Information provided:
- - -
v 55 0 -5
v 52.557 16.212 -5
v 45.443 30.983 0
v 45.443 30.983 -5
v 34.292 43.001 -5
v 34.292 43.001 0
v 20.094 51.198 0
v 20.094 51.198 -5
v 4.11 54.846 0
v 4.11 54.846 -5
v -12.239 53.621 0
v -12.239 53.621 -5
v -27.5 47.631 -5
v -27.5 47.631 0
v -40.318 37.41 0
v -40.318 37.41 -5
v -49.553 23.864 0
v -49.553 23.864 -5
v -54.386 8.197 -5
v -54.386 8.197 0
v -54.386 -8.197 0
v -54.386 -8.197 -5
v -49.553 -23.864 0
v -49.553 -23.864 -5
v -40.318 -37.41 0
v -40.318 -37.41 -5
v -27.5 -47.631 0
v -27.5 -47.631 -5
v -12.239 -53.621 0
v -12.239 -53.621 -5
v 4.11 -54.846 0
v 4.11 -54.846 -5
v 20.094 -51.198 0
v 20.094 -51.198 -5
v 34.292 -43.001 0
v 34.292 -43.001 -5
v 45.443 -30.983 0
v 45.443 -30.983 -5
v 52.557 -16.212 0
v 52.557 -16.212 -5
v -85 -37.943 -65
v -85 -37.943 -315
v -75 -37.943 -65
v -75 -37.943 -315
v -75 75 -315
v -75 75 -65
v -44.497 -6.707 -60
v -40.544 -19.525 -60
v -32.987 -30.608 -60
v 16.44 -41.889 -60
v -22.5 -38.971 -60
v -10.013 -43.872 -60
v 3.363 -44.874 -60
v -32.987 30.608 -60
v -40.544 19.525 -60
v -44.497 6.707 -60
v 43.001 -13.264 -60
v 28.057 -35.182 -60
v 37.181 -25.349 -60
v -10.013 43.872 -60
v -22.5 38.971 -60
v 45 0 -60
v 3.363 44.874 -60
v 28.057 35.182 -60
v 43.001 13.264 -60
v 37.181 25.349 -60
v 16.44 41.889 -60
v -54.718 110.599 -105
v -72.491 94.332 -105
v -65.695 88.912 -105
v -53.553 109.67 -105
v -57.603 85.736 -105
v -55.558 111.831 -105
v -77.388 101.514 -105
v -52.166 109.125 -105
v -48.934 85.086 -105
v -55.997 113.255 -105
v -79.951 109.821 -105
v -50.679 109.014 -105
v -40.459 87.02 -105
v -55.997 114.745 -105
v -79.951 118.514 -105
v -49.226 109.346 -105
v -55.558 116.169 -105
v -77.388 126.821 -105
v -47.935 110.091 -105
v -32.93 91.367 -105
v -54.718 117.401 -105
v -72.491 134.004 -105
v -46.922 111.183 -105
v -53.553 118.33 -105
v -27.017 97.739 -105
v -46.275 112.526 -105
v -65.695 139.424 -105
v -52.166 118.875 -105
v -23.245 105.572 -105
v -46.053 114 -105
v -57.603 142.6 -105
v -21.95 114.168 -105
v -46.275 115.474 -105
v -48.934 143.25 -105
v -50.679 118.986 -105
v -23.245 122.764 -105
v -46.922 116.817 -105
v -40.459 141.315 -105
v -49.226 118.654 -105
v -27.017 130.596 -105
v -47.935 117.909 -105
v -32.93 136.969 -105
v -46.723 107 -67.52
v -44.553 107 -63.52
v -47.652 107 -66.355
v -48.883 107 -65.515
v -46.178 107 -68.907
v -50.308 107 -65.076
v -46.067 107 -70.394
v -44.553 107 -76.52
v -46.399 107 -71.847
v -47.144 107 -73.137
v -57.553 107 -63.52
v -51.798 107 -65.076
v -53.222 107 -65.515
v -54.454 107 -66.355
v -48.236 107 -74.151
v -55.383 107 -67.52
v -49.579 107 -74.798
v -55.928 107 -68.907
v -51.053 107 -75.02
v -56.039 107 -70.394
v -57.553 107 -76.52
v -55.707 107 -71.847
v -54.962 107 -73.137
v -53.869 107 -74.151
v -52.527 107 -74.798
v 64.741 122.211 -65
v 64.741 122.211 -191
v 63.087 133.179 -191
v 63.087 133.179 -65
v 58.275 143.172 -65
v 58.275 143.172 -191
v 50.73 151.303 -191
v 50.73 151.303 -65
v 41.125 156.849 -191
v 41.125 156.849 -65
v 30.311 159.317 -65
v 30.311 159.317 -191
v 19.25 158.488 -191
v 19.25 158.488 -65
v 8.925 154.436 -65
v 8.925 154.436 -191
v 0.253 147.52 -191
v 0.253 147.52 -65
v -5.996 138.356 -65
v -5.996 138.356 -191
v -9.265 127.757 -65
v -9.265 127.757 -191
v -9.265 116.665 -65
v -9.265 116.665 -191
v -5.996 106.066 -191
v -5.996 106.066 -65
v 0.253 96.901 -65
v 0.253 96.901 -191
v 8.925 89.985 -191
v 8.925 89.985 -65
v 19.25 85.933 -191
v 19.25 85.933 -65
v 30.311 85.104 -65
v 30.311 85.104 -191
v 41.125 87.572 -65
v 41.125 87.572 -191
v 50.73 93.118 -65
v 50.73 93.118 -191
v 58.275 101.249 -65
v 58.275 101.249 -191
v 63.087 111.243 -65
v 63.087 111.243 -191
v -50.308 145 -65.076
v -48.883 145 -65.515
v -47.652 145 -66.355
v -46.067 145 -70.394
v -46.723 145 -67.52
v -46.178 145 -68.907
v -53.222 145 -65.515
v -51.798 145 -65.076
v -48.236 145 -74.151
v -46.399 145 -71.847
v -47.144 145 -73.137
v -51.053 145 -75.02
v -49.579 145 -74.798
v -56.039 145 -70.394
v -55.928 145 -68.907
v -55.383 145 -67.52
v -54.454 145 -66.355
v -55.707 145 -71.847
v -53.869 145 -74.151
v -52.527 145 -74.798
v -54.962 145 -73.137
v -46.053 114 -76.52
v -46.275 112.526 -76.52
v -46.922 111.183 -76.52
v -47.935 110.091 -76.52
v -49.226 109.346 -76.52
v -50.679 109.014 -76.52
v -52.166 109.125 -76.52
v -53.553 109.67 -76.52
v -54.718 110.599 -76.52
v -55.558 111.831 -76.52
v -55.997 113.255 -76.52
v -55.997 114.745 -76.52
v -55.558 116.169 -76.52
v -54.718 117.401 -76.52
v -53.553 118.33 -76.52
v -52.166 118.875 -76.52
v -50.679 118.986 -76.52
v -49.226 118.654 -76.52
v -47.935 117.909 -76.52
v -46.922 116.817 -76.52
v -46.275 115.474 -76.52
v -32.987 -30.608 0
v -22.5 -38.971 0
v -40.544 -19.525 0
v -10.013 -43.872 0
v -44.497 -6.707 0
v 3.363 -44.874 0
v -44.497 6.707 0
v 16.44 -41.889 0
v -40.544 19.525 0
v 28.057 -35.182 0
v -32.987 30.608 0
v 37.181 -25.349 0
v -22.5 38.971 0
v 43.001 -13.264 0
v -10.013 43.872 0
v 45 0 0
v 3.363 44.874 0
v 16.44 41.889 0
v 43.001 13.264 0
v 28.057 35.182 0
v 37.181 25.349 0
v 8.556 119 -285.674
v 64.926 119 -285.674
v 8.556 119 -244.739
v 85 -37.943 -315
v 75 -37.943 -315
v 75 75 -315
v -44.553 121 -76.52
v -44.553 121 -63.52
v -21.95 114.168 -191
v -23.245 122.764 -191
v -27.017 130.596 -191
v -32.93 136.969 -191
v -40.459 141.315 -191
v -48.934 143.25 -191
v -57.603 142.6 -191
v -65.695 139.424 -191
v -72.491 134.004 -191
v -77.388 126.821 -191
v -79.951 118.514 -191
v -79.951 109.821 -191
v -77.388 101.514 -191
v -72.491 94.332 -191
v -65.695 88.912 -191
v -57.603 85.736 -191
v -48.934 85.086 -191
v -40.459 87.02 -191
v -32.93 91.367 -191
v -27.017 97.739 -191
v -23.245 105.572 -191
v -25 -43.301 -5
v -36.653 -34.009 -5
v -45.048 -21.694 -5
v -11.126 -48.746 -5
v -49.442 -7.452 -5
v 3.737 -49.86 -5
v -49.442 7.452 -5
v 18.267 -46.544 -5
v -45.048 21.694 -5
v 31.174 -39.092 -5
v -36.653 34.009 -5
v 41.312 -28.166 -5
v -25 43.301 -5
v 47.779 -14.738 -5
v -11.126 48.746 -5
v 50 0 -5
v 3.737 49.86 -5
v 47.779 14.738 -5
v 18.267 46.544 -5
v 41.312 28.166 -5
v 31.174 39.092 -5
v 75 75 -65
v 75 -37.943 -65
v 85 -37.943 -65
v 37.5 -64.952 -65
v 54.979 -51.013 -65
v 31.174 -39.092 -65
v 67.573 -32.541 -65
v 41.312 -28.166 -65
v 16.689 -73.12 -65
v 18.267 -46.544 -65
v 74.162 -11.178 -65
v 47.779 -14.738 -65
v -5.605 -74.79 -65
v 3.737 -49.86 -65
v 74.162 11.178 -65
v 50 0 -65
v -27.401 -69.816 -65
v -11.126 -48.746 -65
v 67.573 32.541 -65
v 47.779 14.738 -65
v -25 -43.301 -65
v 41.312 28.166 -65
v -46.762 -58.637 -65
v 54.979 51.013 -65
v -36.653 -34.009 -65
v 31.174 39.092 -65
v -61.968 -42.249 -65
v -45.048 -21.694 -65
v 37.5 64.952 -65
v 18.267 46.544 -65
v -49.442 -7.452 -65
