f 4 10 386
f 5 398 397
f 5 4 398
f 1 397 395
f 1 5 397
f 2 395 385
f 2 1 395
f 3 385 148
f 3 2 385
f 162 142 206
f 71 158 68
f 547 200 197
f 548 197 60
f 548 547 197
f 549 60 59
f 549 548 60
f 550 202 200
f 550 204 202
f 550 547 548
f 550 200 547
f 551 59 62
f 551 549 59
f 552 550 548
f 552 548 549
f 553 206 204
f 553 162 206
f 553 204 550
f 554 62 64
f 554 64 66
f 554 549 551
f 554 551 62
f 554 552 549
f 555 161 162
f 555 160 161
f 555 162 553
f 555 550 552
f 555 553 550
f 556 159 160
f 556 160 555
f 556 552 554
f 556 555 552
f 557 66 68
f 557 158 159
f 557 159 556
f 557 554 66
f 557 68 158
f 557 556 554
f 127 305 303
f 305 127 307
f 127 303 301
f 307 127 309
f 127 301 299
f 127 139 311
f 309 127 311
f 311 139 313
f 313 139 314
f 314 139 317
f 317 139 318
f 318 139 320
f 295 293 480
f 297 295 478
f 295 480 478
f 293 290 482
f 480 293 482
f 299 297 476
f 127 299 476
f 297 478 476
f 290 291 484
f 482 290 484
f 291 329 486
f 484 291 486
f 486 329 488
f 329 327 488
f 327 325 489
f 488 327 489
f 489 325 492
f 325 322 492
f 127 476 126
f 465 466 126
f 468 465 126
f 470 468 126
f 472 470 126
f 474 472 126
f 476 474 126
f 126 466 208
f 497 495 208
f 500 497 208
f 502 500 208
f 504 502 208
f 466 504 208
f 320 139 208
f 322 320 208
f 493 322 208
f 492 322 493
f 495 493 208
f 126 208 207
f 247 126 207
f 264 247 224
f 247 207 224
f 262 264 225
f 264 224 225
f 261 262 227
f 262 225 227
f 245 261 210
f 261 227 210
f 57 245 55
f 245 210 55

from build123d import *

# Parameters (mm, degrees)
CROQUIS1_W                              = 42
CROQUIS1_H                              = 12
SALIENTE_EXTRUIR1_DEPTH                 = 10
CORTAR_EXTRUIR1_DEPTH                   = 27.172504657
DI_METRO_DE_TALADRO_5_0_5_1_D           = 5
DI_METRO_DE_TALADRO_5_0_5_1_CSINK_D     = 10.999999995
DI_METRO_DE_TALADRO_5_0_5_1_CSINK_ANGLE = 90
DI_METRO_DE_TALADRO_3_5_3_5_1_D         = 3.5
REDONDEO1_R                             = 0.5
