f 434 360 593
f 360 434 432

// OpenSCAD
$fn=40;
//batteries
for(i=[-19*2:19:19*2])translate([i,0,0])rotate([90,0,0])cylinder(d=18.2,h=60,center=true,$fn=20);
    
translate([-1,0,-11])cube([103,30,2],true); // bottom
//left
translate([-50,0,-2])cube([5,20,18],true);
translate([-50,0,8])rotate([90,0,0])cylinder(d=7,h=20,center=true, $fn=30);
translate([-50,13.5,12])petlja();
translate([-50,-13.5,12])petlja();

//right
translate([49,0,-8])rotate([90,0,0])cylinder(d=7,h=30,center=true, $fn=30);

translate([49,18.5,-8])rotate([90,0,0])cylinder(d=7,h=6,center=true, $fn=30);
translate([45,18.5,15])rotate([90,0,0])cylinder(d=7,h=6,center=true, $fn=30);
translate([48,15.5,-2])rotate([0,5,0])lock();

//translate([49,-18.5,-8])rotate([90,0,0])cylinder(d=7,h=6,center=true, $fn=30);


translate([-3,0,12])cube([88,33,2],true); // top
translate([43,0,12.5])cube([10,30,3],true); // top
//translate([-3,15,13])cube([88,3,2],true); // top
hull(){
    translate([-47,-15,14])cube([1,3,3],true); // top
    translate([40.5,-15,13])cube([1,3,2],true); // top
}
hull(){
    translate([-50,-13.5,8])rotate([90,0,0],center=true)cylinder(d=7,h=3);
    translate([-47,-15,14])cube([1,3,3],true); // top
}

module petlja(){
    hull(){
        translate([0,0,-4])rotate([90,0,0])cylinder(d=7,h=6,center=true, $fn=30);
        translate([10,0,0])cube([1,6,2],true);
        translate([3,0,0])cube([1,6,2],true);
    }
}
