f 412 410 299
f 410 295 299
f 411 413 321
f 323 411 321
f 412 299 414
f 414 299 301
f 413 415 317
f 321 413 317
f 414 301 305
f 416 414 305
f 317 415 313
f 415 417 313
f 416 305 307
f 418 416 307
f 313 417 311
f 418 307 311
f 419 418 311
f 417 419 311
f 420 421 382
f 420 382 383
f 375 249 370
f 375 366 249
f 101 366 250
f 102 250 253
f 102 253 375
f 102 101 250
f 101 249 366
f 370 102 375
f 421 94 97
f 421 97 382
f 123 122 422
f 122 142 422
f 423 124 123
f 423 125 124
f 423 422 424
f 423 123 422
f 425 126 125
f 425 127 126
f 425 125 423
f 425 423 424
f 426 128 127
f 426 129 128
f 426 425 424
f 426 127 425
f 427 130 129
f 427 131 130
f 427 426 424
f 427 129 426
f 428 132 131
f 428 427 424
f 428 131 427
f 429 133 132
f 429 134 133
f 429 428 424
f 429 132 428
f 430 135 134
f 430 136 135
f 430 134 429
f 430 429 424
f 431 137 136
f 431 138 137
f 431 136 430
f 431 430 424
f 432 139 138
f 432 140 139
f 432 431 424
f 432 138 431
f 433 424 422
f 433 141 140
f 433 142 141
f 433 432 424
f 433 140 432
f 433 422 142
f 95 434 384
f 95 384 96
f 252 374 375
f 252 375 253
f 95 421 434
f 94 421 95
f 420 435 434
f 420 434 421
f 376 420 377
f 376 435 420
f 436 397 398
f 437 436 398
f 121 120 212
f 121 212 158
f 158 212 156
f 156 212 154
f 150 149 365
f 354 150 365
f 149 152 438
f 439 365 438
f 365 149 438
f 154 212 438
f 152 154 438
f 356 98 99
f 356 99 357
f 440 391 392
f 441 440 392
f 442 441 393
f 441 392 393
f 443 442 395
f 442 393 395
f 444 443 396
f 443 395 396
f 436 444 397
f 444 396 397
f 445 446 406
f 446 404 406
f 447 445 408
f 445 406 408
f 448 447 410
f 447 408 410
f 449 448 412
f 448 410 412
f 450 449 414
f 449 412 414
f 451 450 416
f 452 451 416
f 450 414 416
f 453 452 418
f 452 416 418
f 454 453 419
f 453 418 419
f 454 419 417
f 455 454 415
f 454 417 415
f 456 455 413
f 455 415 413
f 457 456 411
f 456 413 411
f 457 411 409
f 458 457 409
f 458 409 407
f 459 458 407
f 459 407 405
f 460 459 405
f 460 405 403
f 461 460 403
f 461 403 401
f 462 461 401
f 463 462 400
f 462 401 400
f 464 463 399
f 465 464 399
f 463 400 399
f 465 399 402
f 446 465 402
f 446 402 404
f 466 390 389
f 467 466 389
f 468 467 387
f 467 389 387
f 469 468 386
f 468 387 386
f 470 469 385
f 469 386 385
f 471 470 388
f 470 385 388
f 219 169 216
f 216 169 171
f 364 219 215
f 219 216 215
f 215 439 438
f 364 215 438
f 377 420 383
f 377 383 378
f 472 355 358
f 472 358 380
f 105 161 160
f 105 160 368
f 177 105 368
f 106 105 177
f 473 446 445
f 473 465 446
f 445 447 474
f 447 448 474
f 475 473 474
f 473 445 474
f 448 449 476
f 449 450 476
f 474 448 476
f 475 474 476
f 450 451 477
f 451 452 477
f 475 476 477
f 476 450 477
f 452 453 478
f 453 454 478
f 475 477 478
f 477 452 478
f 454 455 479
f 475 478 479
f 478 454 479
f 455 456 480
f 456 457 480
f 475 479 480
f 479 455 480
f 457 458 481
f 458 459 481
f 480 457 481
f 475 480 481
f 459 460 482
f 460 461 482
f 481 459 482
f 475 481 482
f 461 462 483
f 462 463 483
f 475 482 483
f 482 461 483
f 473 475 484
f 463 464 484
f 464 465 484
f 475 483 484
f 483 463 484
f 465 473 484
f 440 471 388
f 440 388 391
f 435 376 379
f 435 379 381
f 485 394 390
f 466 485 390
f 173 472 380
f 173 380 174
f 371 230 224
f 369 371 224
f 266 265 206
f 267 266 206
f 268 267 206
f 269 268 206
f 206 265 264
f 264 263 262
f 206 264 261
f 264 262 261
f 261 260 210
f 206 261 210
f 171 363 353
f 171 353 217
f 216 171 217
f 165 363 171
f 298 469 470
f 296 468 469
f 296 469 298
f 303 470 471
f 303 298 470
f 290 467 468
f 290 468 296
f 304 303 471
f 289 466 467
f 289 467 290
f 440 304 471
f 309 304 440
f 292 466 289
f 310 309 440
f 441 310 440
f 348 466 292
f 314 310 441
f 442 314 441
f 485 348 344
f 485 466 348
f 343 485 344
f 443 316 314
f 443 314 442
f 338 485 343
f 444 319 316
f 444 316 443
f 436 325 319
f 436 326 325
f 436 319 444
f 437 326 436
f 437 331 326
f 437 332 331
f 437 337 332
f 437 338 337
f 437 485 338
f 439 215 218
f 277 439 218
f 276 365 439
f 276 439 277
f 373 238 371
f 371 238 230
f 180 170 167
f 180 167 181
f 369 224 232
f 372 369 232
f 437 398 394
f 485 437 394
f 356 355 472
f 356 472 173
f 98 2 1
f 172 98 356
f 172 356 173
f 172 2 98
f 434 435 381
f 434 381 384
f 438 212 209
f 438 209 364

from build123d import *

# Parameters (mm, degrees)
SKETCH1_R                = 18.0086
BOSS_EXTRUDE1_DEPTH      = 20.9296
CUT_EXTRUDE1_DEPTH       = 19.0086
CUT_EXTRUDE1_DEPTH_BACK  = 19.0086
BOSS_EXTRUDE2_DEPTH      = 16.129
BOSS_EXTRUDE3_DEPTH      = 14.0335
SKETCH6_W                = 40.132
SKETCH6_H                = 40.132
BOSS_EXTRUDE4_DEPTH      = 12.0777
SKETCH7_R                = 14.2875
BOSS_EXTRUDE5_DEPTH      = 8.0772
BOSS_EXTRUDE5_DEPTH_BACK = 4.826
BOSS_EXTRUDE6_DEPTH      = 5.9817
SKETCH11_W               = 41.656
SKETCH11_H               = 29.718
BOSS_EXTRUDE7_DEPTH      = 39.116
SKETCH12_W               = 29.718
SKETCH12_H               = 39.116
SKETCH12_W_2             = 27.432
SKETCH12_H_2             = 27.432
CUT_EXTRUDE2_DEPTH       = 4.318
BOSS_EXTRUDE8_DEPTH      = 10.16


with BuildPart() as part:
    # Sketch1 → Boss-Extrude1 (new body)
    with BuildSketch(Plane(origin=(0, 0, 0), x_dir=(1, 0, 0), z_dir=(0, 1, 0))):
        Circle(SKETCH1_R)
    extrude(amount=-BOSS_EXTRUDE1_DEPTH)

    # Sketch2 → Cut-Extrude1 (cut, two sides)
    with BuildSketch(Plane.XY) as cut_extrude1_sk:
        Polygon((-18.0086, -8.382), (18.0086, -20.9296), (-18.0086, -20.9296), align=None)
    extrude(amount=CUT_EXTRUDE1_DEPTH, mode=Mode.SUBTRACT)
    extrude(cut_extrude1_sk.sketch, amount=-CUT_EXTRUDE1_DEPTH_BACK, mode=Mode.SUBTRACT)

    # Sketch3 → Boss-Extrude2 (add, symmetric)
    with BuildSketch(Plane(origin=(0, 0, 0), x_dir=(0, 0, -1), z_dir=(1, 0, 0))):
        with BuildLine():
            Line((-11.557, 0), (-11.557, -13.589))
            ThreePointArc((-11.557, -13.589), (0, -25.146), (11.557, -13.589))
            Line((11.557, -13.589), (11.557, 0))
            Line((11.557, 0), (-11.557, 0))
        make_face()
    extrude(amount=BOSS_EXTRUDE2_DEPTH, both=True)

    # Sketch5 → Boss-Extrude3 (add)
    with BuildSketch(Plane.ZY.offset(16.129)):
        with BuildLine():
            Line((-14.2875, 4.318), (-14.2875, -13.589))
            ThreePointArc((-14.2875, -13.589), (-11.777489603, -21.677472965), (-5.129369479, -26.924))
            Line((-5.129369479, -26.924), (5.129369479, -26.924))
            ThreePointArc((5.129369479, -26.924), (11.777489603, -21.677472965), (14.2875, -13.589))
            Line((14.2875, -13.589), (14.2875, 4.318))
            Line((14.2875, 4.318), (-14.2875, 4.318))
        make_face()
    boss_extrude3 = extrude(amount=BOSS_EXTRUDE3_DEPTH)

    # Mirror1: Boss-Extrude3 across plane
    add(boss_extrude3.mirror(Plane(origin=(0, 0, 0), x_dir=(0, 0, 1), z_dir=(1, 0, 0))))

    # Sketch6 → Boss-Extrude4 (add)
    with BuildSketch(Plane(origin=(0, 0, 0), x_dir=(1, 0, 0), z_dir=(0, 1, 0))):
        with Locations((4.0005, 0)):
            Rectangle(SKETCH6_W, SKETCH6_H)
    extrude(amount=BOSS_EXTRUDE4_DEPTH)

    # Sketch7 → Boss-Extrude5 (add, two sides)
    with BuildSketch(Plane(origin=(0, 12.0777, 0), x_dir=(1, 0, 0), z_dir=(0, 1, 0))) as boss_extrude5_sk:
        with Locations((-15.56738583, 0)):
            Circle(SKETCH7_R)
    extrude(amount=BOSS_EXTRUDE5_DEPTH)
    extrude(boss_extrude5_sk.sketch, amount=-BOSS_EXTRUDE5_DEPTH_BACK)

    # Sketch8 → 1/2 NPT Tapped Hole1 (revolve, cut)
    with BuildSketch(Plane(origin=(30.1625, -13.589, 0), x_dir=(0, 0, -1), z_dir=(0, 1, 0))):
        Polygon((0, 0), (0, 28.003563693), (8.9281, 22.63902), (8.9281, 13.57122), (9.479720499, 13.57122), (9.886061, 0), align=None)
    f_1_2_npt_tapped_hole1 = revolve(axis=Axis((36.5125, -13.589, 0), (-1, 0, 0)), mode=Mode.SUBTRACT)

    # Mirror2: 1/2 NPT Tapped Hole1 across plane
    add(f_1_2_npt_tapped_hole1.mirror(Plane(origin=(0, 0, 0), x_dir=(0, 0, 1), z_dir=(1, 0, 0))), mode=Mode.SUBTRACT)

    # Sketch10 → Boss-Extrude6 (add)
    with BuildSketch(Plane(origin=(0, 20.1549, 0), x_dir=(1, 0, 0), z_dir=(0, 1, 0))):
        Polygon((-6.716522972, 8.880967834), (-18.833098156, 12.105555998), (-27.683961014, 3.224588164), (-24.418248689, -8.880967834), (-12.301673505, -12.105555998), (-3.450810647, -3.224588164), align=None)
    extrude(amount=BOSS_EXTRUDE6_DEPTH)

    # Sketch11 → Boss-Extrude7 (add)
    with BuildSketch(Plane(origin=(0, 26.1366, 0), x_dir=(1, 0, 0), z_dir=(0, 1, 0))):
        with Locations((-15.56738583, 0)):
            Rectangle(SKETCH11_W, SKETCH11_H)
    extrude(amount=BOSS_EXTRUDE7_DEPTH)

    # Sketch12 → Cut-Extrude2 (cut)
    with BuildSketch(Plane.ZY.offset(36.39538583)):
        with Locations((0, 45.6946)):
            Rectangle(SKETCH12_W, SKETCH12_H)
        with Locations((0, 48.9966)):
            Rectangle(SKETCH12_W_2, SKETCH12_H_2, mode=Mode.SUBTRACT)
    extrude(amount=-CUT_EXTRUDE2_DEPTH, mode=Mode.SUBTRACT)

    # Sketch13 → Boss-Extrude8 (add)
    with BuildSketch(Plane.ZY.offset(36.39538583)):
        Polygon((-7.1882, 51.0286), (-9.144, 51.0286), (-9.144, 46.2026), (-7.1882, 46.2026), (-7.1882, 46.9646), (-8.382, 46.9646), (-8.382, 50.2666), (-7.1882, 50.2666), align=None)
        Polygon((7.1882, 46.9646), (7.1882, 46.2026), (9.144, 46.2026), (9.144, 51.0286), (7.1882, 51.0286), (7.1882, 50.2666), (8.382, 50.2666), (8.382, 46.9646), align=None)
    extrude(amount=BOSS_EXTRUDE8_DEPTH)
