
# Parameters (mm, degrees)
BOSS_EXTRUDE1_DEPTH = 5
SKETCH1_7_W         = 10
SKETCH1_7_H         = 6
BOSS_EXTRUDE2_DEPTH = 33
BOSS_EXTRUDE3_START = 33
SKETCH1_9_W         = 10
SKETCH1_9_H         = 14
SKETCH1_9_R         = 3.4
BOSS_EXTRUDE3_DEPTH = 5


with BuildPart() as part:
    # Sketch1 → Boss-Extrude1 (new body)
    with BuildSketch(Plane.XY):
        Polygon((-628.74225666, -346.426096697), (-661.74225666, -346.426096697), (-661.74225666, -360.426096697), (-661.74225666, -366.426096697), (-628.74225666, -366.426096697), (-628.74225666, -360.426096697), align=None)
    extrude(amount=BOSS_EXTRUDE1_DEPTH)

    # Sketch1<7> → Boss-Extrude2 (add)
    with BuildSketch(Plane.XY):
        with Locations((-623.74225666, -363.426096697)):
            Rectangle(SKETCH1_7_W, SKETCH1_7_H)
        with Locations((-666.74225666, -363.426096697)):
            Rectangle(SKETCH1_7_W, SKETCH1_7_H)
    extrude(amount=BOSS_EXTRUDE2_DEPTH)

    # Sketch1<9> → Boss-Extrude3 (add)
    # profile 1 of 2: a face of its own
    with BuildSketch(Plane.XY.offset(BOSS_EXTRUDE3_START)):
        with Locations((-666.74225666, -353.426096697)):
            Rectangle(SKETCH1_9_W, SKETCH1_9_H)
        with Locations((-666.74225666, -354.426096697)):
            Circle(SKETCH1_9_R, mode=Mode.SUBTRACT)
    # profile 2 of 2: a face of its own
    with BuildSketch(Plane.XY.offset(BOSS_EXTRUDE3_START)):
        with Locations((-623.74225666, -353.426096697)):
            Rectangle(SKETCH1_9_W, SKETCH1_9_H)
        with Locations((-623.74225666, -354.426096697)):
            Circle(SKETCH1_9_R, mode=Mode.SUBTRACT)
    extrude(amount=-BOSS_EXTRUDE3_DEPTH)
- - -
Exercise requirements: Take the records above and return, word for word, only the lines that fall from the line with "f 327 325 489" to the line with "f 495 493 208", both of them included.

Finished task:
f 327 325 489
f 488 327 489
f 489 325 492
f 325 322 492
f 127 476 126
f 465 466 126
f 468 465 126
f 470 468 126
f 472 470 126
f 474 472 126
f 476 474 126
f 126 466 208
f 497 495 208
f 500 497 208
f 502 500 208
f 504 502 208
f 466 504 208
f 320 139 208
f 322 320 208
f 493 322 208
f 492 322 493
f 495 493 208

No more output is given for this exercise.